───── Recorded data ─────

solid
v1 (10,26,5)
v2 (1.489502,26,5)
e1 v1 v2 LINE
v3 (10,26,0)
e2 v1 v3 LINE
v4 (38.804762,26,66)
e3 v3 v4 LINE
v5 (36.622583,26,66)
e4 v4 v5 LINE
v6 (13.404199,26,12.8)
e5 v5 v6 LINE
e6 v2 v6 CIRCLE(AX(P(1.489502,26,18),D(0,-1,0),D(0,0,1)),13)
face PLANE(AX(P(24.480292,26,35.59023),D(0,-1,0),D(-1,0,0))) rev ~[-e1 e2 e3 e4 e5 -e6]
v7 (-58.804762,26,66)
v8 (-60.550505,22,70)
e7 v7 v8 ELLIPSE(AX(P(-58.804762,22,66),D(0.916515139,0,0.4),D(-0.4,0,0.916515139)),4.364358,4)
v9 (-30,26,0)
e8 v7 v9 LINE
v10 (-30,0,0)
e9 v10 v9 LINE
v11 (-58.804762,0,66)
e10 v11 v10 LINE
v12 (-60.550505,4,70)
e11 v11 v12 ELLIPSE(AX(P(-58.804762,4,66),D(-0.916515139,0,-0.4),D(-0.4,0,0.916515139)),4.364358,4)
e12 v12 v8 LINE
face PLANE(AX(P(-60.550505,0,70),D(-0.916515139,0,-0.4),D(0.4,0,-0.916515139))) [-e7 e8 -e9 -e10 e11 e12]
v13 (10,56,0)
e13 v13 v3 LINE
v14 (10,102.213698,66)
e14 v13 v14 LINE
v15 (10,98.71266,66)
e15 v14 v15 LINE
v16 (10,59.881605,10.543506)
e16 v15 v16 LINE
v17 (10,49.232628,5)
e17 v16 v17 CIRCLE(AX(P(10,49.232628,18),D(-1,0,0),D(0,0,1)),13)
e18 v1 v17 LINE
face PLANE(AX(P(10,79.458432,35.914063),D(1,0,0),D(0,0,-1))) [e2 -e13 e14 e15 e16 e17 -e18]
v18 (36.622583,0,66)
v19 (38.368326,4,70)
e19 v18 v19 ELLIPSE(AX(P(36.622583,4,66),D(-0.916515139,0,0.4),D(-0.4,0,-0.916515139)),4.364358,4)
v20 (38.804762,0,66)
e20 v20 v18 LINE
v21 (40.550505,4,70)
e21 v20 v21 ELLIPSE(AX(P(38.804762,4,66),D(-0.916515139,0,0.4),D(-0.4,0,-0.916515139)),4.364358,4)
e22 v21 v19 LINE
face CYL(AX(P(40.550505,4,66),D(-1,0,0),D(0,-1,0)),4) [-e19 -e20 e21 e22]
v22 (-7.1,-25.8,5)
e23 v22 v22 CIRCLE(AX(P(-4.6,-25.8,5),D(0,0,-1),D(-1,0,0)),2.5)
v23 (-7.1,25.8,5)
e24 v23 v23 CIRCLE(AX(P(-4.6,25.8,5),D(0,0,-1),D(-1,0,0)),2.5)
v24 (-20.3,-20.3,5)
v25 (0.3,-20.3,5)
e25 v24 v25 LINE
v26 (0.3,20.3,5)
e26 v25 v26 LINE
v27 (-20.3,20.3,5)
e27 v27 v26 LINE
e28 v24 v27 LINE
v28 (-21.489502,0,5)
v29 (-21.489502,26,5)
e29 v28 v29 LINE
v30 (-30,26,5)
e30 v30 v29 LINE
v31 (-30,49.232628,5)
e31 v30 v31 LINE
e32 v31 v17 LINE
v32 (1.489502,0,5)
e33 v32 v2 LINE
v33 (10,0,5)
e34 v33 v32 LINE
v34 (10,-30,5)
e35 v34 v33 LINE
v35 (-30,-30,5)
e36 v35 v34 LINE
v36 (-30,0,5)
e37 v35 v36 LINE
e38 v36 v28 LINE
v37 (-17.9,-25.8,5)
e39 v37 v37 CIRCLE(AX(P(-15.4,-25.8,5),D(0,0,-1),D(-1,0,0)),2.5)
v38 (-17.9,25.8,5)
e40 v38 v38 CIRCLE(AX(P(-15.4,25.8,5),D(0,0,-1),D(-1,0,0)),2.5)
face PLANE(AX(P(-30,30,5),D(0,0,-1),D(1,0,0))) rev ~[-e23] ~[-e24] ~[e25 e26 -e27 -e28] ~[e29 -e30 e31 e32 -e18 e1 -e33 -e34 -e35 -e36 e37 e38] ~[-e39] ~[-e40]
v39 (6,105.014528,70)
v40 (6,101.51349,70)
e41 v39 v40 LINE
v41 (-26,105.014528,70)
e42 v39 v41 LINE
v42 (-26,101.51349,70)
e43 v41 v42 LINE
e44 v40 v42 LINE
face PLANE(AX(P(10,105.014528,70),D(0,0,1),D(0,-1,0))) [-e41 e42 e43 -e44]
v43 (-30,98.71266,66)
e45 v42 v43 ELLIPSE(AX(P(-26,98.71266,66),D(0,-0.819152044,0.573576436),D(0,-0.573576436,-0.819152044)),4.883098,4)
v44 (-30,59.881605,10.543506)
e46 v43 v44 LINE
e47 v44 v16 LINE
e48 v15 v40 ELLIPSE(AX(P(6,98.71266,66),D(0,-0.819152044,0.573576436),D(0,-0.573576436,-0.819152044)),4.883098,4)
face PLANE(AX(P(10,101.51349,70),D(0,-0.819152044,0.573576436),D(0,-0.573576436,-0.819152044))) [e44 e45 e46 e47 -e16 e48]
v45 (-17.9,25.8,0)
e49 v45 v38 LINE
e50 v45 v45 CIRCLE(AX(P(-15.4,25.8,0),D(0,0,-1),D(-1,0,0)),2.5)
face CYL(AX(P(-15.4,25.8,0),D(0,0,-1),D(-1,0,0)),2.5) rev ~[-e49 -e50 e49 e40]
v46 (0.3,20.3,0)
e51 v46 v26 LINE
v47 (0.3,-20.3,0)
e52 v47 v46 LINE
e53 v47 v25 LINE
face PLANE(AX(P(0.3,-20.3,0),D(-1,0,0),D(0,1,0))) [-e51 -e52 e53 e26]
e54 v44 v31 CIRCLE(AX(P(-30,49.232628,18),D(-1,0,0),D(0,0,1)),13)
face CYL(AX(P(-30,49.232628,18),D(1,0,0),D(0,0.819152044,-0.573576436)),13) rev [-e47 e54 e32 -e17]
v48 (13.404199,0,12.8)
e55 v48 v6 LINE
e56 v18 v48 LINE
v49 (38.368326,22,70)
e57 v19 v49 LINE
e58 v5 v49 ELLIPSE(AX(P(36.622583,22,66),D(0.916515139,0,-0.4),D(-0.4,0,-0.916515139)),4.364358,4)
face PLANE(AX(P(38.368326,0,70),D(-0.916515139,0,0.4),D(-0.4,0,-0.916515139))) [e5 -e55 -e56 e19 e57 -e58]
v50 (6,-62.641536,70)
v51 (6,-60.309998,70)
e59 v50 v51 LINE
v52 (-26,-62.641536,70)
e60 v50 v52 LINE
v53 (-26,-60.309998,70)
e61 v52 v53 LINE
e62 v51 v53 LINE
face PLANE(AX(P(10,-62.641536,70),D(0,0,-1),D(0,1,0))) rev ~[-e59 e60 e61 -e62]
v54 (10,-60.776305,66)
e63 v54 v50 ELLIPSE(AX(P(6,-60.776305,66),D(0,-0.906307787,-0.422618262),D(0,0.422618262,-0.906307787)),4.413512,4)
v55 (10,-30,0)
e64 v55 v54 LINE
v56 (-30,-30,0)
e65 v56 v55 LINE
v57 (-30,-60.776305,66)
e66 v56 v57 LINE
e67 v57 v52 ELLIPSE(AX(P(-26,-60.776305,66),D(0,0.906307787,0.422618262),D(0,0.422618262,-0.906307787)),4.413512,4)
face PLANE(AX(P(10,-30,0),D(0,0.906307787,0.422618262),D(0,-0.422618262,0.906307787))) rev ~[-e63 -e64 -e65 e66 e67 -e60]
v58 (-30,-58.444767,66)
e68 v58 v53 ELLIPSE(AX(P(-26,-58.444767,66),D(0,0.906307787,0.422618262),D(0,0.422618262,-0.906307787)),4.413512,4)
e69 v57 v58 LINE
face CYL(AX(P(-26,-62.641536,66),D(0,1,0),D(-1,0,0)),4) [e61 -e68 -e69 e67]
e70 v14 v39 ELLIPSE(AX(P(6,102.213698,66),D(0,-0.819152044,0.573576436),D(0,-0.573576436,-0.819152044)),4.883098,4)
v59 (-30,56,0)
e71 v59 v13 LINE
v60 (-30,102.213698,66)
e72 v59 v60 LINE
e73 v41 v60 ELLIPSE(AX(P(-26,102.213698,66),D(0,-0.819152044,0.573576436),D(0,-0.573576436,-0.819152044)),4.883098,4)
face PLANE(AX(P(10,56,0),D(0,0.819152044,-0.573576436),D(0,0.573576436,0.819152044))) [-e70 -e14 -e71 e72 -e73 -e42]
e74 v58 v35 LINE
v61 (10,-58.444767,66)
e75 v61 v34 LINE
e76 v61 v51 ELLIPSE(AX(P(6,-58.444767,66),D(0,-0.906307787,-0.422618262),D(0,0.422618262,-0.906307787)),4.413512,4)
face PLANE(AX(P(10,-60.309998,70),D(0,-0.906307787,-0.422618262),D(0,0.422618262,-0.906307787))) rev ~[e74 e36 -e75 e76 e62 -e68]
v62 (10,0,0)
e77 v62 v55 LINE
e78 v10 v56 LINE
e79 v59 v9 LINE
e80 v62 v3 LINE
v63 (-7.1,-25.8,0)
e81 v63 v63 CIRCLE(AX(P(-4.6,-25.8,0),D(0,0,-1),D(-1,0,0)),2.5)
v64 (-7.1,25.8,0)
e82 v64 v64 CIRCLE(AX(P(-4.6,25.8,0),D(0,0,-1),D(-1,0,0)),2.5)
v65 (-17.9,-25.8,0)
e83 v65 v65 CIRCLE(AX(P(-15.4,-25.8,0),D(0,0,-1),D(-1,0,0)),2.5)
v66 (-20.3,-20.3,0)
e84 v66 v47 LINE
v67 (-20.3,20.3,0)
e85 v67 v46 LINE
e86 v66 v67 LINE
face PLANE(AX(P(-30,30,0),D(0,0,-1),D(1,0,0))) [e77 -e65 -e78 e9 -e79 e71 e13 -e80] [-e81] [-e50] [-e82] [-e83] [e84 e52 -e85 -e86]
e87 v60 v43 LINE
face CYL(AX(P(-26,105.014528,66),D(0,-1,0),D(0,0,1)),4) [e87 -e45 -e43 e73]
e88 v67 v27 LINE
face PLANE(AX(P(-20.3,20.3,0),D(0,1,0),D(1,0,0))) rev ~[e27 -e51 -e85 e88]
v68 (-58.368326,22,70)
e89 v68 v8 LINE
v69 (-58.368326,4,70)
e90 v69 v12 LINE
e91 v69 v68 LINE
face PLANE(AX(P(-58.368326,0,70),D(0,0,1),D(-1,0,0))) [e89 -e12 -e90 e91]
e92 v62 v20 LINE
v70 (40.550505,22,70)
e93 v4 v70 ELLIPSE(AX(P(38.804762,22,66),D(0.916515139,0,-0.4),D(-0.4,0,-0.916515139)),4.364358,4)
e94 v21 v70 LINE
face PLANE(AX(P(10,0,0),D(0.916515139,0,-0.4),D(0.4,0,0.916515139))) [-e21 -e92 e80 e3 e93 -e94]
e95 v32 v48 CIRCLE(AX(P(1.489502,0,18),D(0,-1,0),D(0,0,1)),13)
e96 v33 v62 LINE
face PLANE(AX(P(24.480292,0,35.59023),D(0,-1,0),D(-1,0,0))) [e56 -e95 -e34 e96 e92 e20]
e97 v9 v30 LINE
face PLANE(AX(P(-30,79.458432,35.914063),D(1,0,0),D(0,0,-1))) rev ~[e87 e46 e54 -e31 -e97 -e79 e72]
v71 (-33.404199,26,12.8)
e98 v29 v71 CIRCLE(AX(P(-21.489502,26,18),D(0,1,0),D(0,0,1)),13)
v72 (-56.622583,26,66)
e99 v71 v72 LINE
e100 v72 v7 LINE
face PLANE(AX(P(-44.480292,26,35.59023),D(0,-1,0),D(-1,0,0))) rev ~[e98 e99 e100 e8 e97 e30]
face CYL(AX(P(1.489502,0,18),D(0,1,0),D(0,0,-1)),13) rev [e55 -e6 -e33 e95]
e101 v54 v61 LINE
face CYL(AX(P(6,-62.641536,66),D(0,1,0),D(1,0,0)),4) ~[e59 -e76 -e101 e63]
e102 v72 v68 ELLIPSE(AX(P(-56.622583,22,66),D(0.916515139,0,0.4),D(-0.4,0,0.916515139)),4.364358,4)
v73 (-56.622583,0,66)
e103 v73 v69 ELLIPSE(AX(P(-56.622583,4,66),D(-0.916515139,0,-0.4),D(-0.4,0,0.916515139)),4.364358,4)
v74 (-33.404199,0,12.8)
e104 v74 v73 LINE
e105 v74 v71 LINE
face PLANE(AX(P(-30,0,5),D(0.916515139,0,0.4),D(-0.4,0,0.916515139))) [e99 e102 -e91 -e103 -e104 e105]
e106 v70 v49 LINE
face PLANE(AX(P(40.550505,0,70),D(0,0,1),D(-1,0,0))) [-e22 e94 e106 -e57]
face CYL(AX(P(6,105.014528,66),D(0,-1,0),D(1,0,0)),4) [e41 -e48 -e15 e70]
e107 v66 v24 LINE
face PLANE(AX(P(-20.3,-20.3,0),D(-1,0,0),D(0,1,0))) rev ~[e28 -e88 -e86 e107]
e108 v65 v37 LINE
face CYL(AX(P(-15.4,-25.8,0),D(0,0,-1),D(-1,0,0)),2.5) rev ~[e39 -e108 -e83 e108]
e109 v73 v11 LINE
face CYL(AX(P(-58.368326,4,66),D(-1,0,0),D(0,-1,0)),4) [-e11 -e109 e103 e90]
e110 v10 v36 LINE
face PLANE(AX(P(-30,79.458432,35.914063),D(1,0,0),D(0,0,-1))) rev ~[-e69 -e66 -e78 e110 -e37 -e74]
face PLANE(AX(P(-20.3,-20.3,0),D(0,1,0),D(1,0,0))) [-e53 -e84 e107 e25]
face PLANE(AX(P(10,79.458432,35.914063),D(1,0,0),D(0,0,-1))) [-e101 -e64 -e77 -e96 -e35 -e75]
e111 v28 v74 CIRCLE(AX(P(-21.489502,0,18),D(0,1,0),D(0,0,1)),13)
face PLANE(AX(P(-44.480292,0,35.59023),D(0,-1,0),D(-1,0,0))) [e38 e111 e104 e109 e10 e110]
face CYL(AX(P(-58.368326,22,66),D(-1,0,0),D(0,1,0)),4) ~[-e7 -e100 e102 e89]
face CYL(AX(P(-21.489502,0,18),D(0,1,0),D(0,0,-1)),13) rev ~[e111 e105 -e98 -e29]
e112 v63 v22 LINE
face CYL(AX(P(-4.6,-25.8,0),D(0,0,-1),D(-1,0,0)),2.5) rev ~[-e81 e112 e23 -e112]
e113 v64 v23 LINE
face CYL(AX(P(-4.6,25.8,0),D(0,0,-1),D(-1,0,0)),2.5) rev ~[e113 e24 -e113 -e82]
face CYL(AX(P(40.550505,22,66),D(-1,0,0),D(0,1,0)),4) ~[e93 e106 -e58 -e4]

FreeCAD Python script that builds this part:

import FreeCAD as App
import Part
import Sketcher
from FreeCAD import Vector
Q = App.Units.Quantity


def edges_at(feature, points):
    """Names of the edges that pass closest to the given points."""
    edges = feature.Shape.Edges
    near = lambda p: min(range(len(edges)), key=lambda i: edges[i].distToShape(Part.Vertex(*p))[0])
    return sorted({f"Edge{near(p) + 1}" for p in points})

doc = App.newDocument("Part")
body = doc.addObject("PartDesign::Body", "Body")

sketch1 = body.newObject("Sketcher::SketchObject", "Sketch")
sketch1.AttachmentSupport = (doc.getObject("XY_Plane"), [""])
sketch1.MapMode = "FlatFace"
sketch1.addGeometry(Part.LineSegment(Vector(-30, 30, 0), Vector(-30, -30, 0)), False)
sketch1.addGeometry(Part.LineSegment(Vector(-30, -30, 0), Vector(10, -30, 0)), False)
sketch1.addGeometry(Part.LineSegment(Vector(10, -30, 0), Vector(10, 30, 0)), False)
sketch1.addGeometry(Part.LineSegment(Vector(10, 30, 0), Vector(-30, 30, 0)), False)
sketch1.addGeometry(Part.LineSegment(Vector(0, -20, 0), Vector(-20, -20, 0)), False)
sketch1.addGeometry(Part.LineSegment(Vector(-20, -20, 0), Vector(-20, 20, 0)), False)
sketch1.addGeometry(Part.LineSegment(Vector(-20, 20, 0), Vector(0, 20, 0)), False)
sketch1.addGeometry(Part.LineSegment(Vector(0, 20, 0), Vector(0, -20, 0)), False)
sketch1.addConstraint(Sketcher.Constraint("Coincident", 0, 2, 1, 1))
sketch1.addConstraint(Sketcher.Constraint("Coincident", 1, 2, 2, 1))
sketch1.addConstraint(Sketcher.Constraint("Coincident", 2, 2, 3, 1))
sketch1.addConstraint(Sketcher.Constraint("Coincident", 3, 2, 0, 1))
sketch1.addConstraint(Sketcher.Constraint("Coincident", 4, 2, 5, 1))
sketch1.addConstraint(Sketcher.Constraint("Coincident", 5, 2, 6, 1))
sketch1.addConstraint(Sketcher.Constraint("Coincident", 6, 2, 7, 1))
sketch1.addConstraint(Sketcher.Constraint("Coincident", 7, 2, 4, 1))
sketch1.addConstraint(Sketcher.Constraint("Vertical", 0))
sketch1.addConstraint(Sketcher.Constraint("Horizontal", 1))
sketch1.addConstraint(Sketcher.Constraint("Vertical", 2))
sketch1.addConstraint(Sketcher.Constraint("Horizontal", 3))
sketch1.addConstraint(Sketcher.Constraint("Horizontal", 4))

─────

* **How to complete this task**: In the listing above, find the line with "v26 (0.3,20.3,5)" and the line with "v33 (10,0,5)", then print exactly those two lines and every line between them, and nothing more.

* **Written response**:
v26 (0.3,20.3,5)
e26 v25 v26 LINE
v27 (-20.3,20.3,5)
e27 v27 v26 LINE
e28 v24 v27 LINE
v28 (-21.489502,0,5)
v29 (-21.489502,26,5)
e29 v28 v29 LINE
v30 (-30,26,5)
e30 v30 v29 LINE
v31 (-30,49.232628,5)
e31 v30 v31 LINE
e32 v31 v17 LINE
v32 (1.489502,0,5)
e33 v32 v2 LINE
v33 (10,0,5)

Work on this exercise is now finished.